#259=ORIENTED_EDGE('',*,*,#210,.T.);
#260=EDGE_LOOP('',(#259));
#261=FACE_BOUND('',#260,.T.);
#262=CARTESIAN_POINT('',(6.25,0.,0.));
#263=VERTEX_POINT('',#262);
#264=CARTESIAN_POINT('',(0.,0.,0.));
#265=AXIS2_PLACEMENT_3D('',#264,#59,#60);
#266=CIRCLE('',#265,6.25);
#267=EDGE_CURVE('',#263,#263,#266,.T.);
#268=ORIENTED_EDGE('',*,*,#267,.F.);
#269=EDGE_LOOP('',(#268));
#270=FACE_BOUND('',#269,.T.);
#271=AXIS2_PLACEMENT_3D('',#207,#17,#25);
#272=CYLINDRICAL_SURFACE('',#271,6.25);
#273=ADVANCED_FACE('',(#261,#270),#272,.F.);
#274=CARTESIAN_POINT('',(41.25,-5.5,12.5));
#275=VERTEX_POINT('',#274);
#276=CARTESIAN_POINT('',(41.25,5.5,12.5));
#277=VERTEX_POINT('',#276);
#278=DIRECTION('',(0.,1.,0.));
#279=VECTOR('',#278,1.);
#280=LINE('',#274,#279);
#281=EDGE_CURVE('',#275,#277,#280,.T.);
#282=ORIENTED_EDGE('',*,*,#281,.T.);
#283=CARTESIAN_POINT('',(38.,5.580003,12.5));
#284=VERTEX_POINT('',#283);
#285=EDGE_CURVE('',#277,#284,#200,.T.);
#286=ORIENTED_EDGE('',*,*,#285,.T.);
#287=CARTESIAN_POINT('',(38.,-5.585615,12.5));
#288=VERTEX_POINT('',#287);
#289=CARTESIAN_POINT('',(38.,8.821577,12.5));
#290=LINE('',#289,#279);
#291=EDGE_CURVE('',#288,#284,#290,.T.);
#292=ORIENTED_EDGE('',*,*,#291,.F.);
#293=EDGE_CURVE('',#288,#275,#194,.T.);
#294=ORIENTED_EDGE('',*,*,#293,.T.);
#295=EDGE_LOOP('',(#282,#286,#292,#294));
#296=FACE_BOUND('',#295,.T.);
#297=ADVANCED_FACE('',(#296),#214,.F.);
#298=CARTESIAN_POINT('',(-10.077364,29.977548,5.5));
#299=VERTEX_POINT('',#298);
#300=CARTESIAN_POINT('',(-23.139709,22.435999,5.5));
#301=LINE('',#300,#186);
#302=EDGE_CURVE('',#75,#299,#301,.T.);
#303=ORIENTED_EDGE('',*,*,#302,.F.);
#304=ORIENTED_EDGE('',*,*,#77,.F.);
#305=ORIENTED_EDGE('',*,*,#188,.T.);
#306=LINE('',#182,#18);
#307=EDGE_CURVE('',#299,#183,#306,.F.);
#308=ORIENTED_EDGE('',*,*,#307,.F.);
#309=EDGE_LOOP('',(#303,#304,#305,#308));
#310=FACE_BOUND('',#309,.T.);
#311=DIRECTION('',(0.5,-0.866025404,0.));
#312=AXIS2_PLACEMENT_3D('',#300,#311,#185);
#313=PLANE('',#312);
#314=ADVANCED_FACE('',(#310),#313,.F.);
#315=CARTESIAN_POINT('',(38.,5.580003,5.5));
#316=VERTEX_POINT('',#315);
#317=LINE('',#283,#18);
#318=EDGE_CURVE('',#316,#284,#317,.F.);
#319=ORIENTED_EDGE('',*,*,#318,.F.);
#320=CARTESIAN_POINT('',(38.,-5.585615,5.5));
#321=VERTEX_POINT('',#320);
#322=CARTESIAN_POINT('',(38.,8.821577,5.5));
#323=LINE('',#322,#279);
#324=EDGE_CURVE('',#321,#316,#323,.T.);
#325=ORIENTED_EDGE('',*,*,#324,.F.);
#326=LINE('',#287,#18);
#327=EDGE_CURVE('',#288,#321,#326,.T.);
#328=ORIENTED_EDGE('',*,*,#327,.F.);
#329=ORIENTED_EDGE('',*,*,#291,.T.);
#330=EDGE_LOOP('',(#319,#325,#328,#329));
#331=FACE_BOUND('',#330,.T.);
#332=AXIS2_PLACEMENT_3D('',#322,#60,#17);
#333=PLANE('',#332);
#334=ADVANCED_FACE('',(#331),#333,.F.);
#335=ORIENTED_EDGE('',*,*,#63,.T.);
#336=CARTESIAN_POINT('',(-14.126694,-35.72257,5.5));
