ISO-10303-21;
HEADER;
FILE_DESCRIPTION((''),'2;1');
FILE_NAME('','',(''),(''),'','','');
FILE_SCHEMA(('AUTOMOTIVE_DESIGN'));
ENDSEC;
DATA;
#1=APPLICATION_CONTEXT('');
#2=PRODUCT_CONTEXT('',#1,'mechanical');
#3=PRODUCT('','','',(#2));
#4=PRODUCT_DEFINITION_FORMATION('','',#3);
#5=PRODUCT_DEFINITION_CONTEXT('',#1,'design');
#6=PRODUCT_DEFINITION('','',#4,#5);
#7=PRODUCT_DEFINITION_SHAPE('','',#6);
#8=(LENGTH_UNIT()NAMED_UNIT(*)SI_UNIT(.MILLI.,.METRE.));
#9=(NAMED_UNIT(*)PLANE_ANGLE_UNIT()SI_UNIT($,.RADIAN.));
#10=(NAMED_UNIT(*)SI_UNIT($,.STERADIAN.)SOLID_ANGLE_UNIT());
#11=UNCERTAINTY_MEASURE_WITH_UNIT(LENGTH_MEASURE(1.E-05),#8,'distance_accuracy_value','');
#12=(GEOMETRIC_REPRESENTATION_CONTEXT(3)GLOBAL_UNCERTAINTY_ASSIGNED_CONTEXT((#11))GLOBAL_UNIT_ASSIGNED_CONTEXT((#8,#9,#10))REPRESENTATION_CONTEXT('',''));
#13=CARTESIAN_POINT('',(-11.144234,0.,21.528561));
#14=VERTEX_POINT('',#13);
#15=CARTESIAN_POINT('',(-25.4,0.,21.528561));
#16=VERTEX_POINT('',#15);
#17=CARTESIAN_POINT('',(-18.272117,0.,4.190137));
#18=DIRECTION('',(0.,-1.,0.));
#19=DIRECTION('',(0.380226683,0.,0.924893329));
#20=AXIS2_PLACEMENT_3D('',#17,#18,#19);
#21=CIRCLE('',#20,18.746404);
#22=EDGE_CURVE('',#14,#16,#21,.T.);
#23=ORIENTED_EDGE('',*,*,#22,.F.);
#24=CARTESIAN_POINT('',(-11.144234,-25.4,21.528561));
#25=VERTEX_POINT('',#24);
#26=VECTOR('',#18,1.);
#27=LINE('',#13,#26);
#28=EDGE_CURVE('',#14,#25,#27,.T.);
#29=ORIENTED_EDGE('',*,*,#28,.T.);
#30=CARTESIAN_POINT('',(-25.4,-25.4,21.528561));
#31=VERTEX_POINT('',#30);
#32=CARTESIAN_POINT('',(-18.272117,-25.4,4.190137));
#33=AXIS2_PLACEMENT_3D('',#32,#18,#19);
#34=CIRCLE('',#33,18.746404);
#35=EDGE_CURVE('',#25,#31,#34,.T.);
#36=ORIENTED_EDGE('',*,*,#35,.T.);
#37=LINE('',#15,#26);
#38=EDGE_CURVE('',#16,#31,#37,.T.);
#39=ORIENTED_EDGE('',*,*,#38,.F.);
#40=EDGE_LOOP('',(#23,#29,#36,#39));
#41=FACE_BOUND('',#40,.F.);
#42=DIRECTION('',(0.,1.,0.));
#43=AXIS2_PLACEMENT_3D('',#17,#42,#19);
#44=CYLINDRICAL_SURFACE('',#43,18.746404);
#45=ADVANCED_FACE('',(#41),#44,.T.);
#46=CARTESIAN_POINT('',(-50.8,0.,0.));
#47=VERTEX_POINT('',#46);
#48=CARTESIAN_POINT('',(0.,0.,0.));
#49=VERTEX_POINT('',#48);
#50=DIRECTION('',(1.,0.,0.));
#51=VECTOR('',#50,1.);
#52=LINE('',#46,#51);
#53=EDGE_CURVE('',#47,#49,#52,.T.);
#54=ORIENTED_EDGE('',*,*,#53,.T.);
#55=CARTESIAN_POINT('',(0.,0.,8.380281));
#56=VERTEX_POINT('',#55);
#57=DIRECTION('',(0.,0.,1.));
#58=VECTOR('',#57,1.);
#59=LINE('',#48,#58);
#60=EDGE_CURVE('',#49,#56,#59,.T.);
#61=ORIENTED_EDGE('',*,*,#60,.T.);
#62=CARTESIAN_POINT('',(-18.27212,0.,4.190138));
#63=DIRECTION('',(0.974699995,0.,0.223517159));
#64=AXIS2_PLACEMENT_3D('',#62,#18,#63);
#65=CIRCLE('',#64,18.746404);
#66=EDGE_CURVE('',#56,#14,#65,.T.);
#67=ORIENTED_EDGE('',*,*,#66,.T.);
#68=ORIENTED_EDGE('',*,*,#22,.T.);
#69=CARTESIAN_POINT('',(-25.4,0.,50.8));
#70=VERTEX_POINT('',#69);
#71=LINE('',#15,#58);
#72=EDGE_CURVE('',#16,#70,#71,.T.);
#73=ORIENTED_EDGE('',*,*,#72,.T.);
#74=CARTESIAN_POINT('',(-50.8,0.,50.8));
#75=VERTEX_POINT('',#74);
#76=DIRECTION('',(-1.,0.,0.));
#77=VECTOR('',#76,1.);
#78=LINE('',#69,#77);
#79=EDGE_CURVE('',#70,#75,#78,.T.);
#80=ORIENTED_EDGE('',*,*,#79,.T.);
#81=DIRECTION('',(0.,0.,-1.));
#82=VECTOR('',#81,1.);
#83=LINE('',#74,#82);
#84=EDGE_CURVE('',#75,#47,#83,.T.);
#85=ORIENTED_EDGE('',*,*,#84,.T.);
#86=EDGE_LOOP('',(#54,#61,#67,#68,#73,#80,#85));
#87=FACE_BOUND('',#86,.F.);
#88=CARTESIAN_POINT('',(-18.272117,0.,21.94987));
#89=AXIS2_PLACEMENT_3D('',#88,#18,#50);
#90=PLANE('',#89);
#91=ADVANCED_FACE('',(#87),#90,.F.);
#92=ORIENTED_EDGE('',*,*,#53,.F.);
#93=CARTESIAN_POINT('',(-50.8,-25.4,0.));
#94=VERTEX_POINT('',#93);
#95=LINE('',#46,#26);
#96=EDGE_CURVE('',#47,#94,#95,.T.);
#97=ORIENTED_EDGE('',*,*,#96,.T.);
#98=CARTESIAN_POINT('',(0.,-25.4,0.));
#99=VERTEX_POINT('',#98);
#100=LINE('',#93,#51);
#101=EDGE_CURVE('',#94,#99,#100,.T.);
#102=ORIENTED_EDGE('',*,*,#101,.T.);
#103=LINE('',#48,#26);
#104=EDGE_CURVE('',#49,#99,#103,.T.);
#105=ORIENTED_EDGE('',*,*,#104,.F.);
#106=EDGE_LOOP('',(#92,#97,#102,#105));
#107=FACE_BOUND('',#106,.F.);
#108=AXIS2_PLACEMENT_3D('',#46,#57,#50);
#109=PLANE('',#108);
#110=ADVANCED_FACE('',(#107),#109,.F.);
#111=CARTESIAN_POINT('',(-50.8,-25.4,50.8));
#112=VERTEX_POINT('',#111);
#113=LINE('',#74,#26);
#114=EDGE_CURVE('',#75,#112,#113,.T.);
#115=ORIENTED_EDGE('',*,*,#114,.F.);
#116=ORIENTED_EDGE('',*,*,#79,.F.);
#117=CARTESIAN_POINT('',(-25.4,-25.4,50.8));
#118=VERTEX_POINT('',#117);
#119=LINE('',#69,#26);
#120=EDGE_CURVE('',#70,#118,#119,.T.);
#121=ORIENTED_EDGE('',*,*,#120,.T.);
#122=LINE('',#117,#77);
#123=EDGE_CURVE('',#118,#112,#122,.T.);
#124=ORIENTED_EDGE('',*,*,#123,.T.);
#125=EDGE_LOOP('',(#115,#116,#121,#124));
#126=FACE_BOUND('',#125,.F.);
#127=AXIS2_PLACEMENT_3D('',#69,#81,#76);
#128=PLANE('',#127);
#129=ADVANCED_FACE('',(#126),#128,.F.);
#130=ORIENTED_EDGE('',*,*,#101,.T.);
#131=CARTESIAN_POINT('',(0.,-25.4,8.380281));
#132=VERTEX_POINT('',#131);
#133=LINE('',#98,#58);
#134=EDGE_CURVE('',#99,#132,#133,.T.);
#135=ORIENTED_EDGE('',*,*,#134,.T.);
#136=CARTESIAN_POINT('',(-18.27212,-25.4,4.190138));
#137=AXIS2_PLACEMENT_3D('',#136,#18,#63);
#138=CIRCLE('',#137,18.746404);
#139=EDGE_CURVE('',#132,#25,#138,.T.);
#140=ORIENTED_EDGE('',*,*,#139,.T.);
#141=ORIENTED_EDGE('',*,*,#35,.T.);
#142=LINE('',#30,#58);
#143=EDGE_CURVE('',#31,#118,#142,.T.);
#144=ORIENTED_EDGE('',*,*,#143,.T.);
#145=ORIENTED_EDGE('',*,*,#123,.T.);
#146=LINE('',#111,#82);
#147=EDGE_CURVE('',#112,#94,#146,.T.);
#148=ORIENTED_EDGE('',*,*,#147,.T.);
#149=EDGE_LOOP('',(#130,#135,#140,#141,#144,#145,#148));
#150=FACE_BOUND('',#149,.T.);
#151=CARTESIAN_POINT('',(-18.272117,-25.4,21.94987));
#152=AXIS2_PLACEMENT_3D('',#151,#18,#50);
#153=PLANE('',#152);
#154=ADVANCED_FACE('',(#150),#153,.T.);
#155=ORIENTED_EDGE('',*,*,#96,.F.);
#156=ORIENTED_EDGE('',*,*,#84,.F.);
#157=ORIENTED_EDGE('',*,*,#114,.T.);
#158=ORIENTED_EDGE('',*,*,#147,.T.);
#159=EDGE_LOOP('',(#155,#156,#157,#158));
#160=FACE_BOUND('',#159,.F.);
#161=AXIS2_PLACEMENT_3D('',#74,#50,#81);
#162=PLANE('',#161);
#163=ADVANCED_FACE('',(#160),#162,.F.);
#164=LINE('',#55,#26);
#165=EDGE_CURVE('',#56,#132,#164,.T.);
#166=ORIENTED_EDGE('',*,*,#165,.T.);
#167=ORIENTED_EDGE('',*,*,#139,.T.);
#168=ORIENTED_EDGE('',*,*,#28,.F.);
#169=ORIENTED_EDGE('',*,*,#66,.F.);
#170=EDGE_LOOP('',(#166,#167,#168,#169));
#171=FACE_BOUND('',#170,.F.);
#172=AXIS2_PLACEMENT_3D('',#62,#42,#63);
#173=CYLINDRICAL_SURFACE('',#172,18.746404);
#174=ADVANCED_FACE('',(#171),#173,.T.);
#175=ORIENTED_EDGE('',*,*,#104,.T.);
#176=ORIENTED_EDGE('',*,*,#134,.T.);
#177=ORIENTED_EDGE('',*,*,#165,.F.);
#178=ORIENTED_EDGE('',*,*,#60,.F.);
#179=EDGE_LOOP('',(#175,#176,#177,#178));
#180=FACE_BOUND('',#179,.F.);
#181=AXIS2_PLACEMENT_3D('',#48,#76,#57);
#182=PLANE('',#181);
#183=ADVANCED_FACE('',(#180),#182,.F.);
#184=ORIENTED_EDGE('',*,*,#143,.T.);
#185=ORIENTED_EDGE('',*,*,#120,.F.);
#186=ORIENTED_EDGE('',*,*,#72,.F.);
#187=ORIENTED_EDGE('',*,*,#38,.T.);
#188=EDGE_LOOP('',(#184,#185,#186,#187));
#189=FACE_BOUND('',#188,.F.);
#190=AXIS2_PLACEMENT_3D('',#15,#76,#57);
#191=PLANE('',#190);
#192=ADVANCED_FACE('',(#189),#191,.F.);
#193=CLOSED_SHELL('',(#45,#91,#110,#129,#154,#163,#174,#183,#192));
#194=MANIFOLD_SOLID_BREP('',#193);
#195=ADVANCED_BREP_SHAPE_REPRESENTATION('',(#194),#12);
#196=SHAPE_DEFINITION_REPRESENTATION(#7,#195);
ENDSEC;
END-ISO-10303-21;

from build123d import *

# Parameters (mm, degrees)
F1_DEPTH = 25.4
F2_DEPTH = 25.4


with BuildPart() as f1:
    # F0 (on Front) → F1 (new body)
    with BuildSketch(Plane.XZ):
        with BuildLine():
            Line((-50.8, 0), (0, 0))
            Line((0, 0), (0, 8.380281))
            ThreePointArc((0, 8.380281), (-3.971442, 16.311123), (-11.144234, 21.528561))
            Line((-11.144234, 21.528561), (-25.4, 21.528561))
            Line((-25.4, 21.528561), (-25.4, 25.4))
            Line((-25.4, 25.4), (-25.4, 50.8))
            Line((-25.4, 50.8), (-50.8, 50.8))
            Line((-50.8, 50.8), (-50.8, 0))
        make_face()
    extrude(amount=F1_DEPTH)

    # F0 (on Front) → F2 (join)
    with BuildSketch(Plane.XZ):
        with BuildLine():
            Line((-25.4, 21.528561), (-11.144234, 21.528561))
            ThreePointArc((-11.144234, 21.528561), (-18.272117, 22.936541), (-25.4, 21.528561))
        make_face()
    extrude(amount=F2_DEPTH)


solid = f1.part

**WHAT YOU SHOULD DO:** Exactly as written, please reproduce the lines from the first line of the data to the line containing "#294=ORIENTED_EDGE('',*,*,#293,.T.);", inclusive, and nothing else.

**RESPONSE AREA:**
#259=ORIENTED_EDGE('',*,*,#210,.T.);
#260=EDGE_LOOP('',(#259));
#261=FACE_BOUND('',#260,.T.);
#262=CARTESIAN_POINT('',(6.25,0.,0.));
#263=VERTEX_POINT('',#262);
#264=CARTESIAN_POINT('',(0.,0.,0.));
#265=AXIS2_PLACEMENT_3D('',#264,#59,#60);
#266=CIRCLE('',#265,6.25);
#267=EDGE_CURVE('',#263,#263,#266,.T.);
#268=ORIENTED_EDGE('',*,*,#267,.F.);
#269=EDGE_LOOP('',(#268));
#270=FACE_BOUND('',#269,.T.);
#271=AXIS2_PLACEMENT_3D('',#207,#17,#25);
#272=CYLINDRICAL_SURFACE('',#271,6.25);
#273=ADVANCED_FACE('',(#261,#270),#272,.F.);
#274=CARTESIAN_POINT('',(41.25,-5.5,12.5));
#275=VERTEX_POINT('',#274);
#276=CARTESIAN_POINT('',(41.25,5.5,12.5));
#277=VERTEX_POINT('',#276);
#278=DIRECTION('',(0.,1.,0.));
#279=VECTOR('',#278,1.);
#280=LINE('',#274,#279);
#281=EDGE_CURVE('',#275,#277,#280,.T.);
#282=ORIENTED_EDGE('',*,*,#281,.T.);
#283=CARTESIAN_POINT('',(38.,5.580003,12.5));
#284=VERTEX_POINT('',#283);
#285=EDGE_CURVE('',#277,#284,#200,.T.);
#286=ORIENTED_EDGE('',*,*,#285,.T.);
#287=CARTESIAN_POINT('',(38.,-5.585615,12.5));
#288=VERTEX_POINT('',#287);
#289=CARTESIAN_POINT('',(38.,8.821577,12.5));
#290=LINE('',#289,#279);
#291=EDGE_CURVE('',#288,#284,#290,.T.);
#292=ORIENTED_EDGE('',*,*,#291,.F.);
#293=EDGE_CURVE('',#288,#275,#194,.T.);
#294=ORIENTED_EDGE('',*,*,#293,.T.);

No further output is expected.